Stored items:

┏━━

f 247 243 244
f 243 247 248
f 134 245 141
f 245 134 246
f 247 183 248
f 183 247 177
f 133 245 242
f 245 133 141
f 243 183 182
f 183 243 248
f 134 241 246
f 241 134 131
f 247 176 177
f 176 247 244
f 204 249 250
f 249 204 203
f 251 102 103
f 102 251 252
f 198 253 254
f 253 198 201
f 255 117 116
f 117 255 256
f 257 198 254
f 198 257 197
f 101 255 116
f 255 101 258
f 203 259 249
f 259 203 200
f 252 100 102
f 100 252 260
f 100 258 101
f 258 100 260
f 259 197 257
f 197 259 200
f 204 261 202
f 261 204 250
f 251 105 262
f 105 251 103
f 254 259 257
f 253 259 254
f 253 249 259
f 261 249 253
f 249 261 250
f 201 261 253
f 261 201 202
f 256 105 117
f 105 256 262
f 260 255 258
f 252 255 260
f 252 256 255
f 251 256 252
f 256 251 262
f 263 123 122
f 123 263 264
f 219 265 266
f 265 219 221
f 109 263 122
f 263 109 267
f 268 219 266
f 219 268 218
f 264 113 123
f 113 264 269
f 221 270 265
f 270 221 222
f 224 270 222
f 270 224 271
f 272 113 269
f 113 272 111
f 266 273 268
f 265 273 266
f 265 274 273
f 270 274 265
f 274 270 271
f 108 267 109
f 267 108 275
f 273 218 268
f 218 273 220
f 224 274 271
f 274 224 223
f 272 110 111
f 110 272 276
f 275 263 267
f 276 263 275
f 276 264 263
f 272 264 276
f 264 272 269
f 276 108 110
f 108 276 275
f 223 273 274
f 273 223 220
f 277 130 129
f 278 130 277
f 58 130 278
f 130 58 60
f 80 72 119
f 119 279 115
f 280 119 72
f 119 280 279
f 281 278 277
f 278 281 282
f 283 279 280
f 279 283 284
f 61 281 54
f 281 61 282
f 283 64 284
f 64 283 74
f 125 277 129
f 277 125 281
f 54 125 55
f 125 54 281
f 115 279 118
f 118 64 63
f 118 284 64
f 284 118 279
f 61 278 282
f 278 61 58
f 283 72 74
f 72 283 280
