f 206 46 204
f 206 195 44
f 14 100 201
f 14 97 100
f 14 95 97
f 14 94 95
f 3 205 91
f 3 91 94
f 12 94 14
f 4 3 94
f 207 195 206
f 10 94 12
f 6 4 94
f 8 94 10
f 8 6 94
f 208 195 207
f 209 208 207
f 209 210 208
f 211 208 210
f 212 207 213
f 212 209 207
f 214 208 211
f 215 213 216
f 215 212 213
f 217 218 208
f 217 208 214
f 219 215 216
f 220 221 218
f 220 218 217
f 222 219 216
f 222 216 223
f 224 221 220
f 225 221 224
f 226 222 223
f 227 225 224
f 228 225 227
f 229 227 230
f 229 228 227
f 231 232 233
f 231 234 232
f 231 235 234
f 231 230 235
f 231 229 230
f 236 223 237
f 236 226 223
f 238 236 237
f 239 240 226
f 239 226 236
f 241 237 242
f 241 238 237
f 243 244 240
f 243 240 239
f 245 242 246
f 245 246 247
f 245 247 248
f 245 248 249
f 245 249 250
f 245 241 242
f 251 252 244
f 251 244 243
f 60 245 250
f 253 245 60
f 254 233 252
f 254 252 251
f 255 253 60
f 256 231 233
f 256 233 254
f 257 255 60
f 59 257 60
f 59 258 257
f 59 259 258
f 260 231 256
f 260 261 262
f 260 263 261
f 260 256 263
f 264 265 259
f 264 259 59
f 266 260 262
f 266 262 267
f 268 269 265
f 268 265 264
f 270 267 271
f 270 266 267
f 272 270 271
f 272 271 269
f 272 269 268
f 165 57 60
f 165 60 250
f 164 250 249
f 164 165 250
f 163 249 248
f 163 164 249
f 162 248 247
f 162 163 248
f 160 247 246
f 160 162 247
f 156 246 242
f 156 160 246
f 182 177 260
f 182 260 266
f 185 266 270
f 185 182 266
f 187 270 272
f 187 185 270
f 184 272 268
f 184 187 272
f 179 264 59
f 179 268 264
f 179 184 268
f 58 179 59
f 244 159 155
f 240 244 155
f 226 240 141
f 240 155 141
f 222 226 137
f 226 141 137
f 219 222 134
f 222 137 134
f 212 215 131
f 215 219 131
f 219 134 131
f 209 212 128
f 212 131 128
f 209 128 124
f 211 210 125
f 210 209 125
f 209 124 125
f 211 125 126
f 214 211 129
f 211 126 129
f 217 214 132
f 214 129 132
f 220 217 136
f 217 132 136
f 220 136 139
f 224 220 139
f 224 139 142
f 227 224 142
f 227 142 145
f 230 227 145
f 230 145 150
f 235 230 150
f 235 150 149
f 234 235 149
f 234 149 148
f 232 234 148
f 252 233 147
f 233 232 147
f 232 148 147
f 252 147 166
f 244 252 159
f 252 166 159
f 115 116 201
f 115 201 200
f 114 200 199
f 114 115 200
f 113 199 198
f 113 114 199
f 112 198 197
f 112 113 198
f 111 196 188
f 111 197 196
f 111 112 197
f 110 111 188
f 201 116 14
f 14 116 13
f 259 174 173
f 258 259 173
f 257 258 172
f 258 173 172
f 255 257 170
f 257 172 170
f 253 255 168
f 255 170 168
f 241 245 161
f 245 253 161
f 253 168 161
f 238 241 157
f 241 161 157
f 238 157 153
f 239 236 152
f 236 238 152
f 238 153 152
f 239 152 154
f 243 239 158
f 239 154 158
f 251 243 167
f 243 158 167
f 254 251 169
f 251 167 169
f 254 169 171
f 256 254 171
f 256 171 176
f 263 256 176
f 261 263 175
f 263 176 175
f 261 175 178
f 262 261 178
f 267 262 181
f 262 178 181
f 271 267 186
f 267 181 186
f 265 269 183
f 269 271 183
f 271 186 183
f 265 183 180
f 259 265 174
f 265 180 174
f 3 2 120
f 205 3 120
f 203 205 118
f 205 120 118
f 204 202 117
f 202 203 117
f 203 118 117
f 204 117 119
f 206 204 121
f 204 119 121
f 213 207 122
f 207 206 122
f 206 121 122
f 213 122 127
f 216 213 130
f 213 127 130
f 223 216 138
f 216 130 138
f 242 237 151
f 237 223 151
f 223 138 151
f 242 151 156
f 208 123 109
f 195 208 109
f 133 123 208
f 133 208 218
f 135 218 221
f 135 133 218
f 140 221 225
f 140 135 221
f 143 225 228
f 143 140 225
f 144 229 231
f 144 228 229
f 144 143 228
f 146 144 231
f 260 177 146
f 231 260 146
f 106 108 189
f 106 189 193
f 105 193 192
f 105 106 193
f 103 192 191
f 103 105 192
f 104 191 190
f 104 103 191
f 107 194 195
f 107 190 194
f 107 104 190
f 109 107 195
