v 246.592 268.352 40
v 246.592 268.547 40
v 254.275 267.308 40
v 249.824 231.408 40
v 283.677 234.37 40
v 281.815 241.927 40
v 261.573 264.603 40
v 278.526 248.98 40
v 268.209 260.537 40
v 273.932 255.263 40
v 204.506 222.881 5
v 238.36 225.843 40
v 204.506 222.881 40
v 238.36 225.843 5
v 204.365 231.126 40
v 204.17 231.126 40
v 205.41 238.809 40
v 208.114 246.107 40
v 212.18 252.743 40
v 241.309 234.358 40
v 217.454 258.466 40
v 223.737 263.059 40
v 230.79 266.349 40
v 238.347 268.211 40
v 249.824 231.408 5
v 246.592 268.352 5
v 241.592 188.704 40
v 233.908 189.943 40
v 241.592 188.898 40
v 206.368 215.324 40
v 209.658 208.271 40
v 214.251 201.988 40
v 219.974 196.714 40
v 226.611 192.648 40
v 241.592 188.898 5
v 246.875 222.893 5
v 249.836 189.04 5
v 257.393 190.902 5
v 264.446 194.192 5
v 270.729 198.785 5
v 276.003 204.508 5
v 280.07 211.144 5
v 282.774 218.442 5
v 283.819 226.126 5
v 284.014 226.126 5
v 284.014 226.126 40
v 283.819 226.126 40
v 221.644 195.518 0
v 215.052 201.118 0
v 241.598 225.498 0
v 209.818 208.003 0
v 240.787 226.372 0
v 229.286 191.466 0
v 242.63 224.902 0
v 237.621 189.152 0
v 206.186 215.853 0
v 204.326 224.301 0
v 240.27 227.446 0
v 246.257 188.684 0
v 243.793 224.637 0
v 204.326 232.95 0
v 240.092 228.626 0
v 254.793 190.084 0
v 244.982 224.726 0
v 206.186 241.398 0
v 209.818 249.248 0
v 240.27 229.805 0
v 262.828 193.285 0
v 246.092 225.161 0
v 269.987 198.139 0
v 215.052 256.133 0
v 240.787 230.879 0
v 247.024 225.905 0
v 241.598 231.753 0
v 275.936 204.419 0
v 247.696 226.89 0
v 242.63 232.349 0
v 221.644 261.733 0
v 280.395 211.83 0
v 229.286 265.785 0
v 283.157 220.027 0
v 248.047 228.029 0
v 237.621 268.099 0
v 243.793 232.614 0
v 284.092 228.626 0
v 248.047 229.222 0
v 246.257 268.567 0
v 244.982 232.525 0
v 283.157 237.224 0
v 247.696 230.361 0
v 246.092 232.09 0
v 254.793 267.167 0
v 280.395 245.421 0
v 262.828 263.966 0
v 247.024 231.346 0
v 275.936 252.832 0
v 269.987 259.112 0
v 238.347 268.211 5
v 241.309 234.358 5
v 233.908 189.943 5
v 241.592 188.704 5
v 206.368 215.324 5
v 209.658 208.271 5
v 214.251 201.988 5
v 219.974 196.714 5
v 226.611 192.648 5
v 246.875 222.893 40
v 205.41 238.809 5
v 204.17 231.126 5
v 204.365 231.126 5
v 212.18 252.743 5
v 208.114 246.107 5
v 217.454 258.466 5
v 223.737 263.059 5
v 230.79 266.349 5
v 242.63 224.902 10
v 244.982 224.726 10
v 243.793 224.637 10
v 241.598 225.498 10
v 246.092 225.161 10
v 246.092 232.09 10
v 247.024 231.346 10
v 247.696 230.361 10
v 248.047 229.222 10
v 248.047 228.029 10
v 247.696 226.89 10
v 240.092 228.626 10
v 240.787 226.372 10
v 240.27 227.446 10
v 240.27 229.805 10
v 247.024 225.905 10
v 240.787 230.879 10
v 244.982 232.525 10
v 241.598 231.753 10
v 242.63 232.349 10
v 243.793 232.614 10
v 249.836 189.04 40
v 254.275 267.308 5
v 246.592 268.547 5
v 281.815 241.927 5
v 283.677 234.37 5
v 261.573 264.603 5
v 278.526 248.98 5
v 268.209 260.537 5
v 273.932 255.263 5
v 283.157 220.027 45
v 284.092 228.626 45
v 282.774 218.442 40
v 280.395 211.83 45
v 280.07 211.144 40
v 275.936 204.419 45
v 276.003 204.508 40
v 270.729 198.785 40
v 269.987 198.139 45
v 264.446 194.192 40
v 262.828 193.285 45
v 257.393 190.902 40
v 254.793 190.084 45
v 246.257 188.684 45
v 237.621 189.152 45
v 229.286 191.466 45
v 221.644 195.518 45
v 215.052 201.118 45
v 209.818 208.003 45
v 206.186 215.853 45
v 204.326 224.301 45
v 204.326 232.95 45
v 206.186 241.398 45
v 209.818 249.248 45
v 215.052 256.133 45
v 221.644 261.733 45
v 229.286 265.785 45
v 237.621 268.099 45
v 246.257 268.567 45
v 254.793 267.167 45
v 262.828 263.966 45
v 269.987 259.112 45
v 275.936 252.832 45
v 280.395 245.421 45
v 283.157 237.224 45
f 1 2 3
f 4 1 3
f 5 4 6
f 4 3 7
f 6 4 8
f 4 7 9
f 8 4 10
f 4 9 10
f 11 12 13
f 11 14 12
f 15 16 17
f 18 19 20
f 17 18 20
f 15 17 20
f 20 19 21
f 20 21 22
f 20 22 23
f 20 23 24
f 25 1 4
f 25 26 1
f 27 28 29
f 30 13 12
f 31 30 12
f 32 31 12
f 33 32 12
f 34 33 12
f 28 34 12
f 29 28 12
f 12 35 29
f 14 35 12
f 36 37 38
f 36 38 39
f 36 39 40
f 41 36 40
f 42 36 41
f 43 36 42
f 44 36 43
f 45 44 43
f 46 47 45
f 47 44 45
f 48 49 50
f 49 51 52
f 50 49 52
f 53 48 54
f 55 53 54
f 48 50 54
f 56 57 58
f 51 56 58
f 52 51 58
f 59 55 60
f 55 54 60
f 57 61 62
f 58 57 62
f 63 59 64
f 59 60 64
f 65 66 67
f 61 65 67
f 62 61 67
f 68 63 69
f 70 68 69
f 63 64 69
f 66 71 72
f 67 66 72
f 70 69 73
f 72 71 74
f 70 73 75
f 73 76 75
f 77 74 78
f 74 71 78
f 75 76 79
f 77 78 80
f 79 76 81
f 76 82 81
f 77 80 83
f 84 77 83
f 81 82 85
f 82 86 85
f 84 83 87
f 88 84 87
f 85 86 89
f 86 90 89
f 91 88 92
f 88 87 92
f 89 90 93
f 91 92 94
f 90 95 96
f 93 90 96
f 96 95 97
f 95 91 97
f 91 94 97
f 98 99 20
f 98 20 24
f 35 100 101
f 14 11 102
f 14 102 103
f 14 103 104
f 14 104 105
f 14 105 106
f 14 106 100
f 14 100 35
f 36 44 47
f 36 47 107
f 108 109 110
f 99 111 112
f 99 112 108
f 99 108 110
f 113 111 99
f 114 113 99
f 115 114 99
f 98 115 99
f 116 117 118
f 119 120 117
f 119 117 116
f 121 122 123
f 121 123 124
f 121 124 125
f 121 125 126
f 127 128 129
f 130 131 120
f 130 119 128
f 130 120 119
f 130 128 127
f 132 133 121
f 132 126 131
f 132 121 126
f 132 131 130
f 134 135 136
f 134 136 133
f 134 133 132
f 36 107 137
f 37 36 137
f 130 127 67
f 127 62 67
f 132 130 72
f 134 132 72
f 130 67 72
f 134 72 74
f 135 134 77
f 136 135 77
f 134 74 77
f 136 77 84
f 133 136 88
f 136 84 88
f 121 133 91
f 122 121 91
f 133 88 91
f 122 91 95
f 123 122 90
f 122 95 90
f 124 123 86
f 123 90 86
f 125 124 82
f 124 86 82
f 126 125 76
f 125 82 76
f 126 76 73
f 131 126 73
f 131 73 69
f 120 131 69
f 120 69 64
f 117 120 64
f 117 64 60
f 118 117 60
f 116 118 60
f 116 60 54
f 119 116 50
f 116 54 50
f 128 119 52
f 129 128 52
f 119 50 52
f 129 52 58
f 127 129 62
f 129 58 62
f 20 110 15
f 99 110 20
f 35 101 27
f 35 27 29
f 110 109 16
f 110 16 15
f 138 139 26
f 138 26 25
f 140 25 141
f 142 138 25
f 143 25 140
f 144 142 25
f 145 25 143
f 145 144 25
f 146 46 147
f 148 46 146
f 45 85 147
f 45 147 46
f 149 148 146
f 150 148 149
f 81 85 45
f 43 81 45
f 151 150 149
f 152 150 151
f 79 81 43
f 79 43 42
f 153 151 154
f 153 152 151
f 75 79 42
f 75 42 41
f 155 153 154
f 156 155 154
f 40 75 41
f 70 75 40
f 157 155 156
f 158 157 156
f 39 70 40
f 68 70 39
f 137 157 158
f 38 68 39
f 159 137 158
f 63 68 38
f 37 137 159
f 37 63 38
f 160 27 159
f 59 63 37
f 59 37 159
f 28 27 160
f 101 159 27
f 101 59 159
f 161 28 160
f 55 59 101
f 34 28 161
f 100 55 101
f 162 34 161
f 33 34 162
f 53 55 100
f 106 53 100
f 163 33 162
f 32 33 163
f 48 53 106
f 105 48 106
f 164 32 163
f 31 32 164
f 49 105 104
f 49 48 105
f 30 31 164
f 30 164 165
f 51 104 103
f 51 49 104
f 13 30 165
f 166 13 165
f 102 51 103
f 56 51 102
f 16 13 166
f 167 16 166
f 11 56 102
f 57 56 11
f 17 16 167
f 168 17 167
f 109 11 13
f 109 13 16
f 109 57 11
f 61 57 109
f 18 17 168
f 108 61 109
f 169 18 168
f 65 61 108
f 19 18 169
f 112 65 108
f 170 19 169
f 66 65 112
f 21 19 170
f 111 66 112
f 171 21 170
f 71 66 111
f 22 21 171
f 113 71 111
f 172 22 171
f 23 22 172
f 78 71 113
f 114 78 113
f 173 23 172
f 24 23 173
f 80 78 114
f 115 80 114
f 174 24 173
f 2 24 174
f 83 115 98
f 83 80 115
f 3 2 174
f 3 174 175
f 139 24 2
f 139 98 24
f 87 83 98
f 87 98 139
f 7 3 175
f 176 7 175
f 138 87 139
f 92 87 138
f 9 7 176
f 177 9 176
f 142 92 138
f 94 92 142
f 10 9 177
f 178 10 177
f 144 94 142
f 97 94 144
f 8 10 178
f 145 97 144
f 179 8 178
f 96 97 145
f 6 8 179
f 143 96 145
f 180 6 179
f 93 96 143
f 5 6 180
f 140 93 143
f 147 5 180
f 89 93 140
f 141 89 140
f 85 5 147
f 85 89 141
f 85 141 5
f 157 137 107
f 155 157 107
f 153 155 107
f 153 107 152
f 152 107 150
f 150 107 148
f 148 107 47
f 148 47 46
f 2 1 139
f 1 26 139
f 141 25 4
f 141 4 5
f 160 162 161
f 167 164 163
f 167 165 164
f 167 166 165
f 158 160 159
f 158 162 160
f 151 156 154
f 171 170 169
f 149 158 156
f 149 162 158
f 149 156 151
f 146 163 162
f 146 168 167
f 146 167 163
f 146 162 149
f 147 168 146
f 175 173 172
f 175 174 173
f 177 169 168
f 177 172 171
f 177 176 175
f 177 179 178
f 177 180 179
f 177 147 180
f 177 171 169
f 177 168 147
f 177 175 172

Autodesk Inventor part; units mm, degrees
ref_plane "YZ Plane" through (0, 0, 0) normal (1, 0, 0) x (0, 1, 0)
ref_plane "XZ Plane" through (0, 0, 0) normal (0, 1, 0) x (-1, 0, 0)
ref_plane "XY Plane" through (0, 0, 0) normal (0, 0, 1) x (1, 0, 0)
sketch "Sketch1" plane through (0, 0, 0) normal (0, 0, 1) x (1, 0, 0)
  line L0 (204.17, 231.1255) -> (241.5918, 231.1255)
  line L1 (241.5918, 231.1255) -> (284.0136, 231.1255)
  line L2 (204.17, 226.1255) -> (241.5918, 226.1255)
  line L3 (246.5918, 226.1255) -> (284.0136, 226.1255)
  line L4 (246.5918, 188.7037) -> (246.5918, 226.1255)
  line L5 (246.5918, 231.1255) -> (246.5918, 268.5473)
  line L6 (241.5918, 188.7037) -> (241.5918, 226.1255)
  line L7 (241.5918, 231.1255) -> (241.5918, 268.5473)
  line L8 (241.5918, 231.1255) -> (288.8318, 231.1255) construction
  line L9 (246.5918, 231.1255) -> (303.9178, 231.1255) construction
  line L10 (246.5918, 288.5734) -> (304.1186, 288.5734) construction
  circle A0 centre (244.0918, 228.6255) radius 40
  line L11 (246.5918, 226.1255) -> (249.8364, 189.0401)
  line L12 (246.5918, 226.1255) -> (283.8188, 226.1255) construction
  line L13 (283.8188, 226.1255) -> (246.5918, 222.8685)
  line L14 (283.8188, 226.1255) -> (321.1881, 226.1255) construction
  line L15 (246.5918, 231.1255) -> (283.6772, 234.37)
  line L16 (246.5918, 268.3525) -> (249.8488, 231.1255)
  line L17 (241.5918, 231.1255) -> (238.3473, 268.2108)
  line L18 (204.3648, 231.1255) -> (241.5918, 234.3824)
  line L19 (241.5918, 226.1255) -> (204.5065, 222.8809)
  line L20 (241.5918, 188.8985) -> (238.3349, 226.1255)
  point P0 (0, 0)
  point P1 (303.8392, 234.1257)
  point P2 (241.3091, 234.3577)
  point P3 (249.824, 231.4082)
  point P4 (238.3596, 225.8427)
  point P5 (246.8746, 222.8933)
  dimension "d31" = 80
  dimension "d33" = 85
  dimension "d34" = 175
  dimension "d37" = 360
extrude "Extrusion1" add sketch "Sketch1" along normal blind 45
extrude "Extrusion2" cut sketch "Sketch1" along normal blind 40 contours A0 L17 L18 L0 | L19 L20 L6 A0 | A0 L15 L16 L5 | L11 L13 L3 A0
extrude "Extrusion4" add sketch "Sketch1" along normal blind 5 contours A0 L17 L18 L0 | L19 L20 L6 A0 | A0 L15 L16 L5 | L11 L13 L3 A0
ref_plane "Work Plane1" through (244.0918, 228.6255, 0) normal (0, 0, -1) x (-1, 0, 0)
sketch "Sketch2" plane through (244.0918, 228.6255, 0) normal (0, 0, -1) x (-1, 0, 0)
  circle A0 centre (0, 0) radius 4
  point P0 (244.0918, -228.6255)
  dimension "d28" = 8
extrude "Extrusion5" cut sketch "Sketch2" against normal blind 10
properties part number "wheel"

┗━━

Problem: Your answer should consist only of the lines above between the line holding "f 119 116 50" and the line holding "f 108 61 109", inclusive, each transcribed exactly.

Answer:
f 119 116 50
f 116 54 50
f 128 119 52
f 129 128 52
f 119 50 52
f 129 52 58
f 127 129 62
f 129 58 62
f 20 110 15
f 99 110 20
f 35 101 27
f 35 27 29
f 110 109 16
f 110 16 15
f 138 139 26
f 138 26 25
f 140 25 141
f 142 138 25
f 143 25 140
f 144 142 25
f 145 25 143
f 145 144 25
f 146 46 147
f 148 46 146
f 45 85 147
f 45 147 46
f 149 148 146
f 150 148 149
f 81 85 45
f 43 81 45
f 151 150 149
f 152 150 151
f 79 81 43
f 79 43 42
f 153 151 154
f 153 152 151
f 75 79 42
f 75 42 41
f 155 153 154
f 156 155 154
f 40 75 41
f 70 75 40
f 157 155 156
f 158 157 156
f 39 70 40
f 68 70 39
f 137 157 158
f 38 68 39
f 159 137 158
f 63 68 38
f 37 137 159
f 37 63 38
f 160 27 159
f 59 63 37
f 59 37 159
f 28 27 160
f 101 159 27
f 101 59 159
f 161 28 160
f 55 59 101
f 34 28 161
f 100 55 101
f 162 34 161
f 33 34 162
f 53 55 100
f 106 53 100
f 163 33 162
f 32 33 163
f 48 53 106
f 105 48 106
f 164 32 163
f 31 32 164
f 49 105 104
f 49 48 105
f 30 31 164
f 30 164 165
f 51 104 103
f 51 49 104
f 13 30 165
f 166 13 165
f 102 51 103
f 56 51 102
f 16 13 166
f 167 16 166
f 11 56 102
f 57 56 11
f 17 16 167
f 168 17 167
f 109 11 13
f 109 13 16
f 109 57 11
f 61 57 109
f 18 17 168
f 108 61 109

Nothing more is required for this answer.